Je suis allé dans les Préférences de Mail pour reconfigurer la Poubelle, en cochant "Conserver les messages supprimés dans un dossier" et "Eliminer les messages supprimés après un mois", dans le volet "Comportement des BAL". Pourtant, le problème persiste, et je ne peux toujours pas supprimer les messages.


----------



## pascalformac (4 Novembre 2008)

Quel Mail?
quel type de compte?
pop? imap?

si imap 
en parler dans le sujet dédié imap gmail dans Mail


----------



## quetzal (4 Novembre 2008)

C'est un Mail Pop. Donc, je ne comprends pas pourquoi il est impossible de supprimer des messages.


----------



## pascalformac (4 Novembre 2008)

on repete 
quel Mail?

en passant
as tu au moins reconstruit les BAL?
(menu BAL)


----------



## quetzal (4 Novembre 2008)

pascalformac a dit:


> on repete
> quel Mail?


Le serveur mail de Mac OS 10.5.5 (programme de Apple). J'ai deux comptes : Gmail, et un autre. Problème sur les deux.



pascalformac a dit:


> as tu au moins reconstruit les BAL?
> (menu BAL)



J'ai de nombreuses BAL, mais je viens de reconstruire les boites de réception, et ça ne résout pas le problème, même pour effacer un message uniquement dans ces boites. 

J'ai testé quelques autres petits changements de configuration (par ex. mettre un smtp unique, supprimer les messages du serveur après un mois, etc.), mais le problème reste identique.


----------



## pascalformac (4 Novembre 2008)

Ah ca a encore changé , maintenant c'est 2 comptes
ne pas décrire un probleme completement dès le début est un de ces mysteres de forums

donc pour resumer 
Mail  leopard qui foire sur tous les comptes

perso je pense à plist corrompue ou fichiers corrompus

et je conseille le classique et multitraité sur macg  ( et  sur la doc Apple)

refaire la configuration des comptes à neuf ( fichiers neufs) puis remettre les archives


----------



## quetzal (4 Novembre 2008)

Je n'avais parlé que d'un compte pour simplifier le problème.
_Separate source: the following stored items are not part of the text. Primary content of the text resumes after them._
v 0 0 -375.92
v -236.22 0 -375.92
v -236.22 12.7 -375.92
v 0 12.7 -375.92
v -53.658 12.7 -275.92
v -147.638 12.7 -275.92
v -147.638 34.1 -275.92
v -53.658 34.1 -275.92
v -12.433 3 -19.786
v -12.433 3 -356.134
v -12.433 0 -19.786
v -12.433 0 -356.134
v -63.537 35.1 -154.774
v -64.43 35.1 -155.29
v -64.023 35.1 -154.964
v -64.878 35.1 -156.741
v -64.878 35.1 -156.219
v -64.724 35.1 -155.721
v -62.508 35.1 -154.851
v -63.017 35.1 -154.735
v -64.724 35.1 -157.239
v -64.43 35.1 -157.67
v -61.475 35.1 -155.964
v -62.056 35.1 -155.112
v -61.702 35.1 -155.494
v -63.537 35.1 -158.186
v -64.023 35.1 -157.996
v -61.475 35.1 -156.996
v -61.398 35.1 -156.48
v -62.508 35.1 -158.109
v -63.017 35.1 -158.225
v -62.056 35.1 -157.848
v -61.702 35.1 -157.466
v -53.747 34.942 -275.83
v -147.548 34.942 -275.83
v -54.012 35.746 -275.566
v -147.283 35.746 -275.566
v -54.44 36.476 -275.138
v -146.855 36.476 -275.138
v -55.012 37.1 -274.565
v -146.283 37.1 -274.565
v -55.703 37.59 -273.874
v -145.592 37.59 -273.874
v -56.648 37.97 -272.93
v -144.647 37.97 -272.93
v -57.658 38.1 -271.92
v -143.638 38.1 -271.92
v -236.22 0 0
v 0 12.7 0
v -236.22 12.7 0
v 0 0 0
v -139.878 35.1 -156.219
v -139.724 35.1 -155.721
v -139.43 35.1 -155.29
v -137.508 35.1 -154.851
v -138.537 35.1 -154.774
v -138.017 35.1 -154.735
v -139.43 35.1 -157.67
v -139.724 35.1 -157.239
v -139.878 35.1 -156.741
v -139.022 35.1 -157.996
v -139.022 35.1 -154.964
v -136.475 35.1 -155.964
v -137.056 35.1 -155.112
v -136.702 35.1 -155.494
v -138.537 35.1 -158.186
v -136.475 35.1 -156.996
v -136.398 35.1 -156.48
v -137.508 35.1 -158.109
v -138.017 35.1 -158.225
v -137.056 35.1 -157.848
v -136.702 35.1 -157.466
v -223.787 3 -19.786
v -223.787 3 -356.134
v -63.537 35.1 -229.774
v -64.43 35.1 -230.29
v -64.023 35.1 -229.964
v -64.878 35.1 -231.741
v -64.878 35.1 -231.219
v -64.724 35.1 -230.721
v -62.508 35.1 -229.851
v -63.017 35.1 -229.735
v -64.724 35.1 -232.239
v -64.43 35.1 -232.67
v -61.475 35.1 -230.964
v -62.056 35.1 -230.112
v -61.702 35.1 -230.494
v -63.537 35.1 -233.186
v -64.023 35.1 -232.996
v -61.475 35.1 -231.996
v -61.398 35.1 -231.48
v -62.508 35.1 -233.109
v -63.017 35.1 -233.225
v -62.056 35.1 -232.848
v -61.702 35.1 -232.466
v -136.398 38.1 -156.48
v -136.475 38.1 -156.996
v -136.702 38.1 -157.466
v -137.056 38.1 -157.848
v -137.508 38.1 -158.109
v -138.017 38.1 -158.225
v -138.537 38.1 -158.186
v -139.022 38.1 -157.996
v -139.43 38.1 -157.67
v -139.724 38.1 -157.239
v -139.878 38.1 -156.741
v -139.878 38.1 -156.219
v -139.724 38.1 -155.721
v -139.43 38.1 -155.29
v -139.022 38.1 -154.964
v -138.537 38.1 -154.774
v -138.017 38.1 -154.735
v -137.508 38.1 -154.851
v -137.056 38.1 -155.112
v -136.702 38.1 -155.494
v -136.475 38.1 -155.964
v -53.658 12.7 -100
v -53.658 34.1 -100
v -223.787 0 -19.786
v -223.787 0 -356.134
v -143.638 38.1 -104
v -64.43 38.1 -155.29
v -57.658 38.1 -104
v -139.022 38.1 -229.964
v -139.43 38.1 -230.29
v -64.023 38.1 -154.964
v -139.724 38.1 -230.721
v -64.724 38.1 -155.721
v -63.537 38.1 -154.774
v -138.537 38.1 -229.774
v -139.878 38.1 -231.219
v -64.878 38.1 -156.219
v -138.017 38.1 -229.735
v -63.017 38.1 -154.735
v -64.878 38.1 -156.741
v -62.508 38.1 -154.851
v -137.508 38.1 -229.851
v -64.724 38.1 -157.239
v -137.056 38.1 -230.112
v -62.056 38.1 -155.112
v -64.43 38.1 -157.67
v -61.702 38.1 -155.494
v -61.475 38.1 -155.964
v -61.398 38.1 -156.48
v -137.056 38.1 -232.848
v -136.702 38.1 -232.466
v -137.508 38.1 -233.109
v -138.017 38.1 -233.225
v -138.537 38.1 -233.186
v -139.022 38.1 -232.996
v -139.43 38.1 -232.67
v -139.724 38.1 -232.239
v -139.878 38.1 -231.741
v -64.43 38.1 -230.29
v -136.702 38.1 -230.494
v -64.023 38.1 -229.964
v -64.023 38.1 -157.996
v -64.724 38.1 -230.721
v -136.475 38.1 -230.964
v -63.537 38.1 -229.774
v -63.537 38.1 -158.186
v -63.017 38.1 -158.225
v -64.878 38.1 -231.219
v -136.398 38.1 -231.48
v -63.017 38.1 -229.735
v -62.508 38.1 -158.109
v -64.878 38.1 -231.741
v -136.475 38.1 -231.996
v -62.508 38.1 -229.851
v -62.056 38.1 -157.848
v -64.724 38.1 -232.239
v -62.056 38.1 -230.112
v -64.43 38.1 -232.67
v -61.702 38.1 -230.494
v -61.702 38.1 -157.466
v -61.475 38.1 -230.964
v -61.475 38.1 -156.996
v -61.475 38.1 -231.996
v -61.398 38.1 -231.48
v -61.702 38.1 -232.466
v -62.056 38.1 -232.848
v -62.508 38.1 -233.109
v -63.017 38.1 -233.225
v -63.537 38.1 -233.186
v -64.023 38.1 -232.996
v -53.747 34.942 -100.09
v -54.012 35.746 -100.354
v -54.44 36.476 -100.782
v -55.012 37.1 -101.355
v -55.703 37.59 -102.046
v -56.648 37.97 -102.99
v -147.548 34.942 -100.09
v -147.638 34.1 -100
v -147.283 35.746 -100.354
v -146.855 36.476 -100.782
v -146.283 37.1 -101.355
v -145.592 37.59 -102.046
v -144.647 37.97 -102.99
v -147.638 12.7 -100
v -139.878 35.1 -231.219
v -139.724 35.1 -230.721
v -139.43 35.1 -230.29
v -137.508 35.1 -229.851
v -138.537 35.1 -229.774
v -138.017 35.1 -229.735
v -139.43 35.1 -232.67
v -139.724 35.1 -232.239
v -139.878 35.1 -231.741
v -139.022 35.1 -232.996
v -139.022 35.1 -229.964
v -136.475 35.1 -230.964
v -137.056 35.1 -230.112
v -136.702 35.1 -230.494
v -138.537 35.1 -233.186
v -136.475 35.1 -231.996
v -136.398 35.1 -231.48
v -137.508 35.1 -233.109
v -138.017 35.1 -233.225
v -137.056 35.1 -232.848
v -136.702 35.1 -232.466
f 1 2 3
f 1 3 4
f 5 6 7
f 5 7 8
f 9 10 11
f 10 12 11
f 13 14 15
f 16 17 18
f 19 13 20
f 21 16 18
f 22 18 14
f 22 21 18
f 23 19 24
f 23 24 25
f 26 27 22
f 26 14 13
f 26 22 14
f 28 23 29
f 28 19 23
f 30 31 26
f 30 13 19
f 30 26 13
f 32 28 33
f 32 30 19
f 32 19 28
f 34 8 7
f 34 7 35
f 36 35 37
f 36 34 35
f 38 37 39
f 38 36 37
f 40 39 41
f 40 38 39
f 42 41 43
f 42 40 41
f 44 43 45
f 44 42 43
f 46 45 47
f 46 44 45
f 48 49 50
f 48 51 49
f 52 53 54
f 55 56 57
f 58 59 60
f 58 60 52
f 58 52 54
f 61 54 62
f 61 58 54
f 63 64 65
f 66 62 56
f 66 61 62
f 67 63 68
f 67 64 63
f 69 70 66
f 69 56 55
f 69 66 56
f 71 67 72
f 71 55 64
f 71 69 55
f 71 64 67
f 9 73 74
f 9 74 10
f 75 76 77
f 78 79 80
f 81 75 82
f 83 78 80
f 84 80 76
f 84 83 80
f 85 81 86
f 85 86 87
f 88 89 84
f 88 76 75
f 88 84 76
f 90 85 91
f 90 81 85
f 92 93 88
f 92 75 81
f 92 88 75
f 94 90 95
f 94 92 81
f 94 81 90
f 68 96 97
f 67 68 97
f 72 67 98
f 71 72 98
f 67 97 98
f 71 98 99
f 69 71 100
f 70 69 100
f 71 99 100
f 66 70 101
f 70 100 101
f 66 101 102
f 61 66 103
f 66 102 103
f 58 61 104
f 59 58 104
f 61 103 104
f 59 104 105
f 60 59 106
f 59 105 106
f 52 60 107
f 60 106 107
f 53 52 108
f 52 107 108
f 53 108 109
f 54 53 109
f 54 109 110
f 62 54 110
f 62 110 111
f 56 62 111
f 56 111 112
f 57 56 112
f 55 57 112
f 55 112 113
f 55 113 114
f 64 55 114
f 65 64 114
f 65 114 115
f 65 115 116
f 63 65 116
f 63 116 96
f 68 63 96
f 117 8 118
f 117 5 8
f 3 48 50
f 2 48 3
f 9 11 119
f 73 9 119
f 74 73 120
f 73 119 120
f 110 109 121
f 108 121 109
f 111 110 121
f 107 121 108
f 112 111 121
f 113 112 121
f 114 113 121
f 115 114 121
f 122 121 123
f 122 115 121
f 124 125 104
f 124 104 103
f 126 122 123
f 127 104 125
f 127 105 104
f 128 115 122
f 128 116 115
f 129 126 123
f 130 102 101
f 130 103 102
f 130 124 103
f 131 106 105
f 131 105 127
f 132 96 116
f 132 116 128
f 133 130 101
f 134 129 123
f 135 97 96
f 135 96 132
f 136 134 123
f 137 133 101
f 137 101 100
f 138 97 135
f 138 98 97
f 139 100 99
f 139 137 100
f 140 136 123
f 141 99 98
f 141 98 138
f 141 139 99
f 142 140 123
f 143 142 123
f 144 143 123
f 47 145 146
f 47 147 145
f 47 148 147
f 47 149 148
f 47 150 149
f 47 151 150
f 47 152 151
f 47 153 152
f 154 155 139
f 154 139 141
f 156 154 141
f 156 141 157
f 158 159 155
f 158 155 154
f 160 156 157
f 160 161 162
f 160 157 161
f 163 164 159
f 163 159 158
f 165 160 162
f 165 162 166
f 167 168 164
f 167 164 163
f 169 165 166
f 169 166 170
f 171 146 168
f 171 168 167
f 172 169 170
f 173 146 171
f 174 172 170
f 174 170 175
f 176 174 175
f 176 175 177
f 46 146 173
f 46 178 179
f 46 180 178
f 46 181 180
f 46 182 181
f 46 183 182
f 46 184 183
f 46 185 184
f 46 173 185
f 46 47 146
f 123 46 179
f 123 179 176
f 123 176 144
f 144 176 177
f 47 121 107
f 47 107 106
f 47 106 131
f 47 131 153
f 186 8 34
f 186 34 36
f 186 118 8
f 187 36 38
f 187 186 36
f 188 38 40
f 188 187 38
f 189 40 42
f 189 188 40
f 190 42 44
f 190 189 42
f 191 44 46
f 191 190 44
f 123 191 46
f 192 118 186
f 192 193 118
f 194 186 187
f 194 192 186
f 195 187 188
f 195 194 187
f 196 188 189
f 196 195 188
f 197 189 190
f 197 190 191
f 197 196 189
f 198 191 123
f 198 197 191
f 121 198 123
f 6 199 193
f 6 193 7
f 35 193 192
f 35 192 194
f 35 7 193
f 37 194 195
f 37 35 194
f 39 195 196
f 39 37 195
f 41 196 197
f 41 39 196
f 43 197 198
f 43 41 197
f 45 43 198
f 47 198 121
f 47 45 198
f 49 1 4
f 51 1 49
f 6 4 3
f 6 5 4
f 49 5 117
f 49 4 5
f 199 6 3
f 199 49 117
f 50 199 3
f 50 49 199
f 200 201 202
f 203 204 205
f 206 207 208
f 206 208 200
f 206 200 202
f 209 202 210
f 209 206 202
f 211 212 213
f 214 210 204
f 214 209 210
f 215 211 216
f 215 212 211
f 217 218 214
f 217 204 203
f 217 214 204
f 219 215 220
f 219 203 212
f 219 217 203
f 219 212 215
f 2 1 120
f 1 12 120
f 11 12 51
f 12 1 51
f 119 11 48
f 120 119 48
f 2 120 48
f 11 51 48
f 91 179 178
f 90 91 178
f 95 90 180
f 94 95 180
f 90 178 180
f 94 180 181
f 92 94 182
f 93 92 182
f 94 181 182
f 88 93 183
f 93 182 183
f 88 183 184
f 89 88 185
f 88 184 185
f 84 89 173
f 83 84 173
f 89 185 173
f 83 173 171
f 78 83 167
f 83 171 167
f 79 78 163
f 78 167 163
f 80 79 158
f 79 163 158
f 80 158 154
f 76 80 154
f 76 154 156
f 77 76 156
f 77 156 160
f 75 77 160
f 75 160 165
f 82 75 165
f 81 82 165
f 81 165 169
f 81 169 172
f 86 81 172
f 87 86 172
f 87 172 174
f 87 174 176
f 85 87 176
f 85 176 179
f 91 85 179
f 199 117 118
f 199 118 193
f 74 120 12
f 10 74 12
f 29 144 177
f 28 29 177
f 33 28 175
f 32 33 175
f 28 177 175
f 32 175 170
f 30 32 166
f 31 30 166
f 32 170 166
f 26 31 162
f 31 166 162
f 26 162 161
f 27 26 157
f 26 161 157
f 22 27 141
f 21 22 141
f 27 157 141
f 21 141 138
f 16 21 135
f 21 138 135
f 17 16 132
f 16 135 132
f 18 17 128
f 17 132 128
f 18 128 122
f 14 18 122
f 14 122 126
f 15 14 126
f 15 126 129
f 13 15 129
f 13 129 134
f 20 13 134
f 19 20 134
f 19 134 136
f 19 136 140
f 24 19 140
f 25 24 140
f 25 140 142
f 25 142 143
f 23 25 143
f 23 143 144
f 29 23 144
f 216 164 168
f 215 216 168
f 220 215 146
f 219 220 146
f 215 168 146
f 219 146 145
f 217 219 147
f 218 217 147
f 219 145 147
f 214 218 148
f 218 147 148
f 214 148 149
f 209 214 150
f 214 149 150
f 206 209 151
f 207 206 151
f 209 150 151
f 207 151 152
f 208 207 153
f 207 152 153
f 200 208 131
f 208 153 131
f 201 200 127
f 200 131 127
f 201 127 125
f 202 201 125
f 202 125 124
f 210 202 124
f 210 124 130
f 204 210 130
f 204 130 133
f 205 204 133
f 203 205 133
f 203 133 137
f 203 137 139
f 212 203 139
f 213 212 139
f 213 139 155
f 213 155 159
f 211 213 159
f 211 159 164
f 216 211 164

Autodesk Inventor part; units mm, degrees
ref_plane "YZ Plane" through (0, 0, 0) normal (1, 0, 0) x (0, 1, 0)
ref_plane "XZ Plane" through (0, 0, 0) normal (0, 1, 0) x (-1, 0, 0)
ref_plane "XY Plane" through (0, 0, 0) normal (0, 0, 1) x (1, 0, 0)
sketch "Sketch1" plane through (0, 0, 0) normal (0, 1, 0) x (-1, 0, 0)
  line L0 (0, 0) -> (236.22, 0)
  line L1 (236.22, 0) -> (236.22, -375.92)
  line L2 (236.22, -375.92) -> (0, -375.92)
  line L3 (0, -375.92) -> (0, 0)
  dimension "d0" = 236.22
  dimension "d1" = 375.92
extrude "Extrusion1" add sketch "Sketch1" along normal blind 12.7
sketch "Sketch2" plane through (0, 12.7, 0) normal (0, 1, 0) x (1, 0, 0)
  line L0 (-236.22, 375.92) -> (-236.22, 0) projected
  line L1 (-236.22, 187.96) -> (-147.6375, 187.96)
  line L2 (0, 375.92) -> (-236.22, 375.92) projected
  line L3 (-147.6375, 375.92) -> (-147.6375, 275.92)
  line L4 (-236.22, 0) -> (0, 0) projected
  line L5 (-147.6375, 0) -> (-147.6375, 100)
  line L6 (-147.6375, 0) -> (-47.6375, 0) construction
  line L7 (-147.6375, 275.92) -> (-53.6575, 275.92)
  line L8 (-53.6575, 275.92) -> (-53.6575, 100)
  line L9 (-53.6575, 100) -> (-147.6375, 100)
  line L10 (-147.6375, 100) -> (-147.6375, 275.92)
  dimension "d4" = 88.5825
  dimension "d5" = 100
  dimension "d6" = 88.5825
  dimension "d7" = 100
  dimension "d8" = 90
  dimension "d9" = 88.5825
  dimension "d10" = 93.98
  dimension "d11" = 175.92
extrude "Extrusion2" add sketch "Sketch2" along normal blind 25.4 contours L10 L7 L8 L9
fillet "Fillet1" radius 4 4 edges at (-147.6375, 38.1, -187.96) (-53.6575, 38.1, -187.96) (-100.6475, 38.1, -100) (-100.6475, 38.1, -275.92)
sketch "Sketch3" plane through (0, 0, 0) normal (0, -1, 0) x (1, 0, 0)
  line L0 (0, -375.92) -> (0, 0) projected
  line L1 (-236.22, 0) -> (-236.22, -375.92) projected
  line L2 (0, 0) -> (-236.22, -375.92)
  line L3 (-236.22, -375.92) -> (-223.787, -356.1341)
  line L4 (0, 0) -> (-12.433, -19.7859)
  line L5 (-223.787, -356.1341) -> (-12.433, -356.1341)
  line L6 (-12.433, -356.1341) -> (-12.433, -19.7859)
  line L7 (-12.433, -19.7859) -> (-223.787, -19.7859)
Mais cela revient au même non ? En tout cas, merci pour répondre aussi vite.

Effacer tout mon compte pour résoudre le problème ? C'est dangereux, non ?


----------



## pascalformac (4 Novembre 2008)

PAS effacer!

refaire à partir de fichiers neufs 
c'est traité plusieurs fois

en TRES rapide Mail  tu sors tous les fichiers Mail de ta bibliotheque dans ta maison  ( archives plist caches)
et tu refais les comptes puis tu reintegres tes archives 
(par importation via Mail  c'est preferable que replacement à la main  ainsi 100% fichiers neufs)


----------



## quetzal (6 Novembre 2008)

Merci Pascal. Je l'ai fait par importation. Effectivement, cela ça marche bien. Il m'a mis tous mes dossiers dans un fichier "Importation" dans "Sur mon Mac". Je peux les déplacer, mais les dossiers de premier niveau apparaissent maintenant en blanc, et plus en bleu, ce qui n'a pas l'air de faire de différences, sauf que je ne peux pas placer de messages dans les dossiers de premier niveau.

Je peux désormais effacer des messages, qui vont dans la poubelle et les récupérer par la suite.

J'ai du remettre un peu d'ordre dans tout cela, mais finalement tout est comme avant, et ça marche.

Merci encore.


----------



## pascalformac (6 Novembre 2008)

CREER des bal de classement  neuves
ety basculer les messages ( pas les dossiers, les contenus )
puis y créer des sous dossiers neufs
ca devrait resoudre


----------



## quetzal (6 Novembre 2008)

Merci Pascale. C'est exactement ce que j'ai fait. Les grands esprits se rencontrent. 

Bonne journée à toi.


----------